### PROBLEM TO SOLVE:
Write out, from the entries below, exactly the lines that run between the lines holding "Circle(F0_R, mode=Mode.SUBTRACT)" and "Rebuilt in FreeCAD, every", inclusive, and stop there.

### DATA EXCERPTS:
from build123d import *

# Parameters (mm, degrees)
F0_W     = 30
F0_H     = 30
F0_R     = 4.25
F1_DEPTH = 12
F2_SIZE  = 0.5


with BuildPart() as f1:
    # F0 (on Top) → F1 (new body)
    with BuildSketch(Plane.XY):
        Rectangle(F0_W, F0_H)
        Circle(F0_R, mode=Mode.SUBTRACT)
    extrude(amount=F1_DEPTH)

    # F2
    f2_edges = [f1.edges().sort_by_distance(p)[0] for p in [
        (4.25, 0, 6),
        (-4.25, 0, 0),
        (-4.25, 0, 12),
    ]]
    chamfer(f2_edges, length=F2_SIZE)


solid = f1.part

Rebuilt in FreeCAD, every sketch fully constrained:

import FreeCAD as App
import Part
import Sketcher
from FreeCAD import Vector
Q = App.Units.Quantity


def edges_at(feature, points):
    """Names of the edges that pass closest to the given points."""
    edges = feature.Shape.Edges
    near = lambda p: min(range(len(edges)), key=lambda i: edges[i].distToShape(Part.Vertex(*p))[0])
    return sorted({f"Edge{near(p) + 1}" for p in points})

doc = App.newDocument("Part")
body = doc.addObject("PartDesign::Body", "Body")

sketch1 = doc.addObject("Sketcher::SketchObject", "Sketch")
body.addObject(sketch1)
sketch1.AttachmentSupport = (doc.XY_Plane, [""])
sketch1.MapMode = "FlatFace"
sketch1.addGeometry(Part.LineSegment(Vector(-15, 15, 0), Vector(-15, -15, 0)), False)
sketch1.addGeometry(Part.LineSegment(Vector(-15, -15, 0), Vector(15, -15, 0)), False)
sketch1.addGeometry(Part.LineSegment(Vector(15, -15, 0), Vector(15, 15, 0)), False)
sketch1.addGeometry(Part.LineSegment(Vector(15, 15, 0), Vector(-15, 15, 0)), False)
sketch1.addGeometry(Part.Circle(Vector(0, 0, 0), Vector(0, 0, 1), 4.2), False)
sketch1.addConstraint(Sketcher.Constraint("Coincident", 0, 2, 1, 1))
sketch1.addConstraint(Sketcher.Constraint("Coincident", 1, 2, 2, 1))
sketch1.addConstraint(Sketcher.Constraint("Coincident", 2, 2, 3, 1))
sketch1.addConstraint(Sketcher.Constraint("Coincident", 3, 2, 0, 1))
sketch1.addConstraint(Sketcher.Constraint("Vertical", 0))
sketch1.addConstraint(Sketcher.Constraint("Horizontal", 1))
sketch1.addConstraint(Sketcher.Constraint("Vertical", 2))
sketch1.addConstraint(Sketcher.Constraint("Horizontal", 3))
sketch1.addConstraint(Sketcher.Constraint("Coincident", 4, 3, -1, 1))
sketch1.addConstraint(Sketcher.Constraint("Symmetric", 0, 2, 2, 2, -1, 1))
sketch1.addConstraint(Sketcher.Constraint("Equal", 3, 0))
sketch1.addConstraint(Sketcher.Constraint("Diameter", 4, Q("8.5 mm")))
sketch1.addConstraint(Sketcher.Constraint("DistanceX", 1, 1, 1, 2, Q("30 mm")))
pad1 = doc.addObject("PartDesign::Pad", "Pad")
body.addObject(pad1)
pad1.Profile = sketch1
pad1.Length = 12
doc.recompute()

chamfer = doc.addObject("PartDesign::Chamfer", "Chamfer")
body.addObject(chamfer)
chamfer.Base = (pad1, edges_at(pad1, [(4.25, 0, 6), (-4.25, 0, 0), (-4.25, 0, 12)]))
chamfer.Size = 0.5

doc.recompute()
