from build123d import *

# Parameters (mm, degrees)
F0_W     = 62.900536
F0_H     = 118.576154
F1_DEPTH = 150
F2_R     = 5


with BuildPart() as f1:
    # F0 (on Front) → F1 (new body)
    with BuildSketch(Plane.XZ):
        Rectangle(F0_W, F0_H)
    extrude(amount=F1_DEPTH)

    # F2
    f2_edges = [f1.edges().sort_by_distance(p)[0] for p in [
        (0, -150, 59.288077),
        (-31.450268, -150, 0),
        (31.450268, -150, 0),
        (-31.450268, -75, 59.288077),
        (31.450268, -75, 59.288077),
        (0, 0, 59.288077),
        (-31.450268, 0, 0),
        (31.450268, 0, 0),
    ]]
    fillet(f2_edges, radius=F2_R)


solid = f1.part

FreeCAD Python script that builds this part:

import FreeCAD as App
import Part
import Sketcher


def edges_at(feature, points):
    """Names of the edges that pass closest to the given points."""
    edges = feature.Shape.Edges
    near = lambda p: min(range(len(edges)), key=lambda i: edges[i].distToShape(Part.Vertex(*p))[0])
    return sorted({f"Edge{near(p) + 1}" for p in points})

doc = App.newDocument("Part")
body = doc.addObject("PartDesign::Body", "Body")

sketch1 = body.newObject("Sketcher::SketchObject", "Sketch")
sketch1.AttachmentSupport = (doc.getObject("XZ_Plane"), [""])
sketch1.MapMode = "FlatFace"
sketch1.addGeometry([
    Part.LineSegment(App.Vector(-31, 59, 0), App.Vector(-31, -59, 0)),
    Part.LineSegment(App.Vector(-31, -59, 0), App.Vector(31, -59, 0)),
    Part.LineSegment(App.Vector(31, -59, 0), App.Vector(31, 59, 0)),
    Part.LineSegment(App.Vector(31, 59, 0), App.Vector(-31, 59, 0)),
], False)
sketch1.addConstraint([
    Sketcher.Constraint("Coincident", 0, 2, 1, 1),
    Sketcher.Constraint("Coincident", 1, 2, 2, 1),
    Sketcher.Constraint("Coincident", 2, 2, 3, 1),
    Sketcher.Constraint("Coincident", 3, 2, 0, 1),
    Sketcher.Constraint("Vertical", 0),
    Sketcher.Constraint("Horizontal", 1),
    Sketcher.Constraint("Vertical", 2),
    Sketcher.Constraint("Horizontal", 3),
    Sketcher.Constraint("Symmetric", 0, 2, 2, 2, -1, 1),
    Sketcher.Constraint("DistanceX", 1, 1, 1, 2, 62.900536),
    Sketcher.Constraint("DistanceY", 0, 2, 0, 1, 118.576154),
])
pad1 = body.newObject("PartDesign::Pad", "Pad")
pad1.Profile = sketch1
pad1.Length = 150
doc.recompute()

fillet = body.newObject("PartDesign::Fillet", "Fillet")
fillet.Base = (pad1, edges_at(pad1, [
    (0, -150, 59.288),
    (-31.45, -150, 0),
    (31.45, -150, 0),
    (-31.45, -75, 59.288),
    (31.45, -75, 59.288),
    (0, 0, 59.288),
    (-31.45, 0, 0),
    (31.45, 0, 0),
]))
fillet.Radius = 5

doc.recompute()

### PROBLEM SOLUTION:
        Circle(F0_R, mode=Mode.SUBTRACT)
    extrude(amount=F1_DEPTH)

    # F2
    f2_edges = [f1.edges().sort_by_distance(p)[0] for p in [
        (4.25, 0, 6),
        (-4.25, 0, 0),
        (-4.25, 0, 12),
    ]]
    chamfer(f2_edges, length=F2_SIZE)


solid = f1.part

Rebuilt in FreeCAD, every sketch fully constrained:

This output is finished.